Dapscoptyltd / QGIS

All things related to QGIS in here.
0 stars 1 forks source link

Technical Log: Extract Pdf and rectify for readability #7

Open Dapscoptyltd opened 7 years ago

Dapscoptyltd commented 7 years ago

Primary research using digitized sources can present problems like this one described in this file. The file source was: “RCDIG1014090”: AWM4 Australian Imperial Force unit war diaries, 1914-18 War; Artillery. Item Number: 13/32.19; Title: Headquarters, 4th Australian Field Artillery Brigade; October 1917. In this ile “RCDIG1014546 Pages extract.pdf” we find a typical problem I discovered and have had to deal with. The original page was inserted backwards into the file, and when the file was digitised, not checked. The adjustments I made in here were done with the Adobe Creative Suite, Student edition. It’s fearsomely expensive and there are other graphics software available in the market (open source) that can do this. • It was upside down and backwards: screen shot 2017-05-07 at 10 37 51 Figure 1: The original page in the AWM war diary file. I extracted it from the diary file as a single page pdf.
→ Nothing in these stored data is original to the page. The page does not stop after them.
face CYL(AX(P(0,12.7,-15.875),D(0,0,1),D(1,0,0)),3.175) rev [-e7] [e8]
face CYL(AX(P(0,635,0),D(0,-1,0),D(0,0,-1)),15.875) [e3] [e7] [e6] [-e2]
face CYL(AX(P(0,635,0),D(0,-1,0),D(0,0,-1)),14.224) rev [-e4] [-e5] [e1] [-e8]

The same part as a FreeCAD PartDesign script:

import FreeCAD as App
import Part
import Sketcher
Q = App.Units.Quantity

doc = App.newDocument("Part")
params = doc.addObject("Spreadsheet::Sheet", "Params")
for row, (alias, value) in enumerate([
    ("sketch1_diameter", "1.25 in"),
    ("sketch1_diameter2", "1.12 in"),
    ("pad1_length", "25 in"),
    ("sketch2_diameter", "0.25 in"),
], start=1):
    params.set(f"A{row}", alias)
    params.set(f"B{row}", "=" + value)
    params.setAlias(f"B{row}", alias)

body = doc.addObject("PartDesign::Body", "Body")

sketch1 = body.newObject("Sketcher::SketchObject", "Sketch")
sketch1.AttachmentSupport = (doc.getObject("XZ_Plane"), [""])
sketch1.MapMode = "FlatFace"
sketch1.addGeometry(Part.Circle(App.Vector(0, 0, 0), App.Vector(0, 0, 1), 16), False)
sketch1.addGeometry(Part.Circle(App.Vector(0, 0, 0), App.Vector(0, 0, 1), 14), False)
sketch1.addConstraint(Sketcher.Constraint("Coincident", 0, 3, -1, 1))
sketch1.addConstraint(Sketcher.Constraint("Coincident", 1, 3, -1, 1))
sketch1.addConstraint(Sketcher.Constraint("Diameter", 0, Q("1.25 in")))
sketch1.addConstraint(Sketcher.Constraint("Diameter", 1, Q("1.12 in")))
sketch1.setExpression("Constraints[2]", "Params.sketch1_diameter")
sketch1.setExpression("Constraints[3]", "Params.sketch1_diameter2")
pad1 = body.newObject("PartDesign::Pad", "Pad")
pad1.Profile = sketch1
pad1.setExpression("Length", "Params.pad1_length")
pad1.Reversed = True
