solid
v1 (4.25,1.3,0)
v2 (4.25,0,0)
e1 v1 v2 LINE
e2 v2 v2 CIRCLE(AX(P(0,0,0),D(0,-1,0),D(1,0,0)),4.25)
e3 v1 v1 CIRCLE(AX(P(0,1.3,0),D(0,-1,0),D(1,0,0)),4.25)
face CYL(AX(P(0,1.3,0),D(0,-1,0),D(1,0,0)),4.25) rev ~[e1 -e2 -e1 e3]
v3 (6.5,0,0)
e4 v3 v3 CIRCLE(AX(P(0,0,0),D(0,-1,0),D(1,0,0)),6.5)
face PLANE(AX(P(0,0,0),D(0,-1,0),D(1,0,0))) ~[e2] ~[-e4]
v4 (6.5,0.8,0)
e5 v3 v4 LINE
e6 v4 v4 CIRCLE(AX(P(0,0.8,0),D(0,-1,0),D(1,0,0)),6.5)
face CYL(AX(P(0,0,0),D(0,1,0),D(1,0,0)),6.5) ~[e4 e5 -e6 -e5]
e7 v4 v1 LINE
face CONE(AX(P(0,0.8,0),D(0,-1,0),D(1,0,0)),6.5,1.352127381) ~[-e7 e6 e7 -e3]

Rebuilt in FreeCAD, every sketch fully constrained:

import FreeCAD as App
import Part
import Sketcher


def add_polygon(sketch, points):
    """Adds a closed chain of lines whose ends are joined by coincident constraints."""
    first, n = sketch.GeometryCount, len(points)
    for a, b in zip(points, points[1:] + points[:1]):
        sketch.addGeometry(Part.LineSegment(App.Vector(*a, 0), App.Vector(*b, 0)), False)
    for i in range(n):
        sketch.addConstraint(Sketcher.Constraint("Coincident", first + i, 2, first + (i + 1) % n, 1))

doc = App.newDocument("Part")
params = doc.addObject("Spreadsheet::Sheet", "Params")
for row, (alias, value) in enumerate([
    ("sketch1_height", "1.3 mm"),
    ("sketch1_height2", "0.8 mm"),
    ("sketch1_width", "2.25 mm"),
    ("revolution_angle", "360 deg"),
], start=1):
    params.set(f"A{row}", alias)
    params.set(f"B{row}", "=" + value)
    params.setAlias(f"B{row}", alias)

body = doc.addObject("PartDesign::Body", "Body")

sketch1 = body.newObject("Sketcher::SketchObject", "Sketch")
sketch1.AttachmentSupport = (doc.getObject("XY_Plane"), [""])
sketch1.MapMode = "FlatFace"
add_polygon(sketch1, [(6.5, 0.8), (4.2, 1.3), (4.2, 0), (6.5, 0)])
sketch1.addConstraint([
    Sketcher.Constraint("Vertical", 1),
    Sketcher.Constraint("Horizontal", 2),
    Sketcher.Constraint("Vertical", 3),
    Sketcher.Constraint("PointOnObject", 1, 2, -1),
    Sketcher.Constraint("DistanceY", 1, 2, 1, 1, 1.3),
    Sketcher.Constraint("DistanceY", 3, 1, 3, 2, 0.8),
    Sketcher.Constraint("DistanceX", 2, 1, 2, 2, 2.25),
    Sketcher.Constraint("DistanceX", -1, 1, 2, 2, 6.5),
])
sketch1.setExpression("Constraints[8]", "Params.sketch1_height")
sketch1.setExpression("Constraints[9]", "Params.sketch1_height2")
sketch1.setExpression("Constraints[10]", "Params.sketch1_width")
revolution = body.newObject("PartDesign::Revolution", "Revolution")
revolution.Profile = sketch1
revolution.ReferenceAxis = (sketch1, ["V_Axis"])
revolution.setExpression("Angle", "Params.revolution_angle")

doc.recompute()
  1. Open the Page Thumbnails pane. View > Show/Hide > Navigation Panes > Page Thumbnails.

screen shot 2017-05-07 at 11 12 53

Figure 2: Display the page thumbnails pane.

  1. Right click on the page you need to extract.
  2. Select “Extract Pages”, as shown in Figure 3.
  3. Select the appropriate settings.
  4. Save the new file. screen shot 2017-05-07 at 10 01 06

Figure 3: Extracting is a simple right click process (left) in Adobe Acrobat Professional, then following the Extract Pages prompts (right). Corrections in PhotoShop

  1. I opened PhotoShop.
  2. I opened the file “RCDIG1014546 Pages extract.pdf”.
  3. I rotated the image 90º anti-clockwise Image > Image Rotation > 90º Counter Clockwise.
  4. I then flipped the image horizontally. Image > Image Rotation > Flip Canvas Horizontal.
  5. I saved my changes as “Pages from RCDIG1014546 corrected.pdf”. See below in Figure 4. screen shot 2017-05-07 at 10 56 16

Figure 4: This is the result of rotation and flipping horizontal. I then had to darken the text. • I initially tried to select and re-colour using the Magic Wand tool and colour change. This was an inappropriate fix. • I spent less than two minutes doing that to demonstrate to myself this was not workable. I then went back to basics.

  1. I opened the Channels window. This allows me to examine the levels of contrast present across the range of red, green, blue spectrums in the digital colours of the file. This is a complex, and for the purposes of this example, out of range discussion, except to say, I was looking for the SIMPLEST way to be able to read the file’s text!
  2. I tried a number of colour combinations by clicking the RGB channels on and off. This allowed me to conclude that brightness and contrast changes would assist readability.

screen shot 2017-05-07 at 10 54 28 screen shot 2017-05-07 at 10 54 39 screen shot 2017-05-07 at 10 54 53 screen shot 2017-05-07 at 11 21 03

Figure 5: Selecting RGB channels helped diagnose brightness and contrast changes would improve the text readability.

  1. I selected Layer > New Adjustment Layer > Brightness/Contrast. • There are myriad reasons for this. The primary ones are that this method overlays a brightness and contrast layer which you can turn off or on. • Layers do not affect the original page (unlike the rotations and flips did). • For the purposes of this technical task, I can turn the layer off during preparation of this file. screen shot 2017-05-07 at 11 27 33

Figure 6: Top left: The Channels window or dialog. Note the Brightness/Contrast layer is turned off, as compared to the others with the ‘eye’ icon. Bottom Left: The dialog adjusting the Brightness and Contrast, and the final settings. Bottom Right: The Layers window. This is one of the most important tools in Photoshop, and once understood, is a powerful way to wrangle Photshop.

  1. I adjusted the Brightness and Contrast settings as shown in Figure 6 (bottom left). This produced the results for text readability as shown in Figure 6 (top right).
  2. Save the file. I saved it as “Pages from RCDIG1014546 corrected adjusted.pdf”.